What this task involves: A word-for-word copy of the records below is required.

Saved entries:
======

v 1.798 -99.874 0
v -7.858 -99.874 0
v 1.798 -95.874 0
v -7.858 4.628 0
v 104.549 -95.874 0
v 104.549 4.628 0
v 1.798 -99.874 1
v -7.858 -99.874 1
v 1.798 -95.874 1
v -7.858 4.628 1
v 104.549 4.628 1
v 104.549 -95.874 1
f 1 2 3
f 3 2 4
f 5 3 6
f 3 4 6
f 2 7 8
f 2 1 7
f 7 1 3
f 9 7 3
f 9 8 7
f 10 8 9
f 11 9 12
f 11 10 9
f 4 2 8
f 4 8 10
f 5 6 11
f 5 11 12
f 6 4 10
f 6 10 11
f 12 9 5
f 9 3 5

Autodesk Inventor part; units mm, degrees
ref_plane "YZ Plane" through (0, 0, 0) normal (1, 0, 0) x (0, 1, 0)
ref_plane "XZ Plane" through (0, 0, 0) normal (0, 1, 0) x (-1, 0, 0)
ref_plane "XY Plane" through (0, 0, 0) normal (0, 0, 1) x (1, 0, 0)
ref_plane "Plano de trabalho1" through (0, 0, 0) normal (0, 0, 1) x (1, 0, 0)
sketch "Esboço1" plane through (0, 0, 0) normal (0, 0, 1) x (1, 0, 0)
  line L0 (1.7982, -99.874) -> (1.7982, -95.874) projected
  line L1 (1.7982, -99.874) -> (197.7982, -99.874) projected
  line L2 (197.7982, -95.874) -> (197.7982, -99.874) projected
  line L3 (1.7982, -95.874) -> (197.7982, -95.874) projected
  line L4 (-7.8575, 4.6283) -> (104.5488, 4.6283)
  line L5 (104.5488, 4.6283) -> (104.5488, -99.874)
  line L6 (104.5488, -99.874) -> (-7.8575, -99.874)
  line L7 (-7.8575, -99.874) -> (-7.8575, 4.6283)
  point P0 (0, 0)
  point P1 (104.5488, -95.874)
extrude "Extrusão1" add sketch "Esboço1" along normal blind 1 contours L6 L7 L4 L5 L3 L0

======

Answer for the task:
v 1.798 -99.874 0
v -7.858 -99.874 0
v 1.798 -95.874 0
v -7.858 4.628 0
v 104.549 -95.874 0
v 104.549 4.628 0
v 1.798 -99.874 1
v -7.858 -99.874 1
v 1.798 -95.874 1
v -7.858 4.628 1
v 104.549 4.628 1
v 104.549 -95.874 1
f 1 2 3
f 3 2 4
f 5 3 6
f 3 4 6
f 2 7 8
f 2 1 7
f 7 1 3
f 9 7 3
f 9 8 7
f 10 8 9
f 11 9 12
f 11 10 9
f 4 2 8
f 4 8 10
f 5 6 11
f 5 11 12
f 6 4 10
f 6 10 11
f 12 9 5
f 9 3 5

Autodesk Inventor part; units mm, degrees
ref_plane "YZ Plane" through (0, 0, 0) normal (1, 0, 0) x (0, 1, 0)
ref_plane "XZ Plane" through (0, 0, 0) normal (0, 1, 0) x (-1, 0, 0)
ref_plane "XY Plane" through (0, 0, 0) normal (0, 0, 1) x (1, 0, 0)
ref_plane "Plano de trabalho1" through (0, 0, 0) normal (0, 0, 1) x (1, 0, 0)
sketch "Esboço1" plane through (0, 0, 0) normal (0, 0, 1) x (1, 0, 0)
  line L0 (1.7982, -99.874) -> (1.7982, -95.874) projected
  line L1 (1.7982, -99.874) -> (197.7982, -99.874) projected
  line L2 (197.7982, -95.874) -> (197.7982, -99.874) projected
  line L3 (1.7982, -95.874) -> (197.7982, -95.874) projected
  line L4 (-7.8575, 4.6283) -> (104.5488, 4.6283)
  line L5 (104.5488, 4.6283) -> (104.5488, -99.874)
  line L6 (104.5488, -99.874) -> (-7.8575, -99.874)
  line L7 (-7.8575, -99.874) -> (-7.8575, 4.6283)
  point P0 (0, 0)
  point P1 (104.5488, -95.874)
extrude "Extrusão1" add sketch "Esboço1" along normal blind 1 contours L6 L7 L4 L5 L3 L0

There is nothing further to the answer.